## [Exercise brief]
Could you reproduce the lines below from the one with "v26 (0,-12.5,-2)" through the one with "face PLANE(AX(P(0,7.5,0),D(0,1,0),D(0,0,1))) [-e37"? Keep both ends and add nothing.

Information provided Start Marker

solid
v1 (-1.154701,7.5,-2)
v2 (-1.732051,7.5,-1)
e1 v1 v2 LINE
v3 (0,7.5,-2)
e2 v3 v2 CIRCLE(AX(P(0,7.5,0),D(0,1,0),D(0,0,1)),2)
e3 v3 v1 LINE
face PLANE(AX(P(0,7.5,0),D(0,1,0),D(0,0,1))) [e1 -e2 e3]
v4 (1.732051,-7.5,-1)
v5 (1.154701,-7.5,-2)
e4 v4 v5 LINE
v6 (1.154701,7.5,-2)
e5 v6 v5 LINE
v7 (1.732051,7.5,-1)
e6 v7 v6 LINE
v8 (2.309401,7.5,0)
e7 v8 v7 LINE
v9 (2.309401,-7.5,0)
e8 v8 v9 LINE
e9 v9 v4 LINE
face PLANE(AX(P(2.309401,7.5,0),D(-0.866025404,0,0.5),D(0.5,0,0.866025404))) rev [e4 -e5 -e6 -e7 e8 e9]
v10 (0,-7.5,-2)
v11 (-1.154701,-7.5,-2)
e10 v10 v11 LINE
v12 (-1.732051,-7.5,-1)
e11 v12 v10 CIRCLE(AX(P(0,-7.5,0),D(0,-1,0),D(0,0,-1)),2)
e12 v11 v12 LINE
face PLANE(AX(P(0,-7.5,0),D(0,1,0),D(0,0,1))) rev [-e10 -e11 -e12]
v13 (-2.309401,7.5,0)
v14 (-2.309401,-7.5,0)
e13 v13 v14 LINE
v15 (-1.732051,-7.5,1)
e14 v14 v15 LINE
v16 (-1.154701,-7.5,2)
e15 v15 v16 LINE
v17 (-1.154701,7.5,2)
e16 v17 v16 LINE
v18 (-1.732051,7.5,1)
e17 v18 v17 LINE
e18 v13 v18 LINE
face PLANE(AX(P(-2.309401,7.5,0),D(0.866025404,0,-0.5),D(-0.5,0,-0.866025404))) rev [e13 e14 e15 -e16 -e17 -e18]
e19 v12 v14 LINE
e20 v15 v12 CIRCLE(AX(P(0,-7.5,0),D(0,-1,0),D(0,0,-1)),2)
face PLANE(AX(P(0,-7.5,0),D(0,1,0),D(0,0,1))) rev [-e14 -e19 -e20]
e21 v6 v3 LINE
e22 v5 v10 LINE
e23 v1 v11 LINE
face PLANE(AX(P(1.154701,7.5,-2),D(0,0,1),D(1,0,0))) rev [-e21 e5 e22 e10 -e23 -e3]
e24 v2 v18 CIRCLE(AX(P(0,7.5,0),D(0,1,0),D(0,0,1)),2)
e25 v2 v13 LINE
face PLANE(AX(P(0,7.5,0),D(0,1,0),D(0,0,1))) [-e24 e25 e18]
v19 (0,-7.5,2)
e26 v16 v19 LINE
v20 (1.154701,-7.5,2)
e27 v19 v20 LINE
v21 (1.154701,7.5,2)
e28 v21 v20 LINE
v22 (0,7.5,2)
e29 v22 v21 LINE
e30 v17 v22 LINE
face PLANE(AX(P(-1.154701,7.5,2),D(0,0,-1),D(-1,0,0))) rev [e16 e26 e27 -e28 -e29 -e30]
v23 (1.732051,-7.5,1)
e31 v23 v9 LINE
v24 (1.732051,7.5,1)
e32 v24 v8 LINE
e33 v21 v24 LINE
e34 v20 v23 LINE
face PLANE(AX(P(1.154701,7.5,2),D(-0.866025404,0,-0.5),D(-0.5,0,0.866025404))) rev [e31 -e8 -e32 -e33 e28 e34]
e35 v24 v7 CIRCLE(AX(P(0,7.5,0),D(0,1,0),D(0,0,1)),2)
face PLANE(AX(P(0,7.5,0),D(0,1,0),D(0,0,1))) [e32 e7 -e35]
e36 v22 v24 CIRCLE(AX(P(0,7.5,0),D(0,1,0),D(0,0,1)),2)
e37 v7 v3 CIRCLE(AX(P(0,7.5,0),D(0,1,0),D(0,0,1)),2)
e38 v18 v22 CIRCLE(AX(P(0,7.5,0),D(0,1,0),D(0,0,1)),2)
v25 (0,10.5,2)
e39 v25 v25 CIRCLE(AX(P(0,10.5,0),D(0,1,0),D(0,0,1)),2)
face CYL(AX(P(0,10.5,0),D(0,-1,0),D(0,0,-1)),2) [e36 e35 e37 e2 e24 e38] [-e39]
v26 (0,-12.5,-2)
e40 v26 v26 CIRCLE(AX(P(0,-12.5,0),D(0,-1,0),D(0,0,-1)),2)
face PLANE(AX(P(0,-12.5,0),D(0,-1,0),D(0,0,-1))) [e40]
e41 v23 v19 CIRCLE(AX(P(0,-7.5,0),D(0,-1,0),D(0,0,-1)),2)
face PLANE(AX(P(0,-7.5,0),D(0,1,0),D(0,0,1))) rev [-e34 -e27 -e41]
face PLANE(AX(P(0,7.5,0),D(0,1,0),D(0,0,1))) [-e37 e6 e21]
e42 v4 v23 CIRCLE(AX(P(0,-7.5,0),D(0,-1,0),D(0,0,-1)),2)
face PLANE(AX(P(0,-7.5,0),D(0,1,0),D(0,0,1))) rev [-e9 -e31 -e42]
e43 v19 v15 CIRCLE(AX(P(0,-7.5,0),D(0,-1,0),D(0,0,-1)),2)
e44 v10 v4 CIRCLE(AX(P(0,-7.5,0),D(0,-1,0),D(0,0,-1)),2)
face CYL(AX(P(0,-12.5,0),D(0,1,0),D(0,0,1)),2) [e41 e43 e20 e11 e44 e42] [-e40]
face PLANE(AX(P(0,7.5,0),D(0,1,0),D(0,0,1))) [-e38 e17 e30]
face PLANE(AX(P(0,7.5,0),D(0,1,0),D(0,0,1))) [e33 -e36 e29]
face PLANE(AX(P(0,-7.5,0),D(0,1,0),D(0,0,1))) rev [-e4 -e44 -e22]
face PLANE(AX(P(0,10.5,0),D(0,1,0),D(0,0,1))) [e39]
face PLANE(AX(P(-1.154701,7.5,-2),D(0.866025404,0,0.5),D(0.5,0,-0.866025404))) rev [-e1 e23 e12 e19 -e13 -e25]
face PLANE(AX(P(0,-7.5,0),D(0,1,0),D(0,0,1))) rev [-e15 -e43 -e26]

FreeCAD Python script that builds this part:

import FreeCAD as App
import Part
import Sketcher

V = App.Vector
Q = App.Units.Quantity

doc = App.newDocument("Part")
params = doc.addObject("Spreadsheet::Sheet", "Params")
for row, (alias, value) in enumerate([
    ("pad1_length", "15 mm"),
    ("sketch2_diameter", "4 mm"),
    ("pad2_length", "3 mm"),
    ("sketch3_diameter", "4 mm"),
    ("pad3_length", "5 mm"),
], start=1):
    params.set(f"A{row}", alias)
    params.set(f"B{row}", "=" + value)
    params.setAlias(f"B{row}", alias)

body = doc.addObject("PartDesign::Body", "Body")

# Sketch on XZ plane
sketch1 = body.newObject("Sketcher::SketchObject", "Sketch")
sketch1.AttachmentSupport = (doc.getObject("XZ_Plane"), [""])
sketch1.MapMode = "FlatFace"
sketch1.addGeometry(Part.LineSegment(V(-2.3, 0, 0), V(-1.2, 2, 0)), False)
sketch1.addGeometry(Part.LineSegment(V(-1.2, 2, 0), V(1.2, 2, 0)), False)
sketch1.addGeometry(Part.LineSegment(V(1.2, 2, 0), V(2.3, 0, 0)), False)
sketch1.addGeometry(Part.LineSegment(V(2.3, 0, 0), V(1.2, -2, 0)), False)
sketch1.addGeometry(Part.LineSegment(V(1.2, -2, 0), V(-1.2, -2, 0)), False)
sketch1.addGeometry(Part.LineSegment(V(-1.2, -2, 0), V(-2.3, 0, 0)), False)
sketch1.addConstraint(Sketcher.Constraint("Coincident", 0, 2, 1, 1))
sketch1.addConstraint(Sketcher.Constraint("Coincident", 1, 2, 2, 1))
sketch1.addConstraint(Sketcher.Constraint("Coincident", 2, 2, 3, 1))
sketch1.addConstraint(Sketcher.Constraint("Coincident", 3, 2, 4, 1))
sketch1.addConstraint(Sketcher.Constraint("Coincident", 4, 2, 5, 1))
sketch1.addConstraint(Sketcher.Constraint("Coincident", 5, 2, 0, 1))
sketch1.addConstraint(Sketcher.Constraint("Horizontal", 1))
sketch1.addConstraint(Sketcher.Constraint("Horizontal", 4))
sketch1.addConstraint(Sketcher.Constraint("Symmetric", 0, 2, 3, 2, -1, 1))
sketch1.addConstraint(Sketcher.Constraint("Symmetric", 2, 2, 5, 2, -1, 1))
sketch1.addConstraint(Sketcher.Constraint("PointOnObject", 2, 2, -1))
sketch1.addConstraint(Sketcher.Constraint("Parallel", 2, 5))
sketch1.addConstraint(Sketcher.Constraint("Vertical", 1, 2, 3, 2))
sketch1.addConstraint(Sketcher.Constraint("Angle", 0, Q("60 deg")))
sketch1.addConstraint(Sketcher.Constraint("DistanceY", -1, 1, 0, 2, Q("2 mm")))
sketch1.addConstraint(Sketcher.Constraint("DistanceX", 1, 1, 1, 2, Q("2.309401 mm")))
pad1 = body.newObject("PartDesign::Pad", "Pad")
pad1.Profile = sketch1
pad1.setExpression("Length", "Params.pad1_length")
pad1.Midplane = True

# Sketch on XZ plane
sketch2 = body.newObject("Sketcher::SketchObject", "Sketch001")
sketch2.AttachmentSupport = (doc.getObject("XZ_Plane"), [""])
sketch2.MapMode = "FlatFace"
sketch2.AttachmentOffset = App.Placement(V(0, 0, -7.5), App.Rotation())
sketch2.addGeometry(Part.Circle(V(0, 0, 0), V(0, 0, 1), 2), False)
sketch2.addConstraint(Sketcher.Constraint("Coincident", 0, 3, -1, 1))
sketch2.addConstraint(Sketcher.Constraint("Diameter", 0, Q("4 mm")))
sketch2.setExpression("Constraints[1]", "Params.sketch2_diameter")
pad2 = body.newObject("PartDesign::Pad", "Pad001")
pad2.Profile = sketch2
pad2.setExpression("Length", "Params.pad2_length")
pad2.Reversed = True

# Sketch on XZ plane
sketch3 = body.newObject("Sketcher::SketchObject", "Sketch002")
sketch3.AttachmentSupport = (doc.getObject("XZ_Plane"), [""])
sketch3.MapMode = "FlatFace"
sketch3.AttachmentOffset = App.Placement(V(0, 0, 12.5), App.Rotation())
sketch3.addGeometry(Part.Circle(V(0, 0, 0), V(0, 0, 1), 2), False)
sketch3.addConstraint(Sketcher.Constraint("Coincident", 0, 3, -1, 1))
sketch3.addConstraint(Sketcher.Constraint("Diameter", 0, Q("4 mm")))
sketch3.setExpression("Constraints[1]", "Params.sketch3_diameter")
pad3 = body.newObject("PartDesign::Pad", "Pad002")
pad3.Profile = sketch3
pad3.setExpression("Length", "Params.pad3_length")
pad3.Reversed = True

doc.recompute()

Information provided End Marker

## [Answer section]
v26 (0,-12.5,-2)
e40 v26 v26 CIRCLE(AX(P(0,-12.5,0),D(0,-1,0),D(0,0,-1)),2)
face PLANE(AX(P(0,-12.5,0),D(0,-1,0),D(0,0,-1))) [e40]
e41 v23 v19 CIRCLE(AX(P(0,-7.5,0),D(0,-1,0),D(0,0,-1)),2)
face PLANE(AX(P(0,-7.5,0),D(0,1,0),D(0,0,1))) rev [-e34 -e27 -e41]
face PLANE(AX(P(0,7.5,0),D(0,1,0),D(0,0,1))) [-e37 e6 e21]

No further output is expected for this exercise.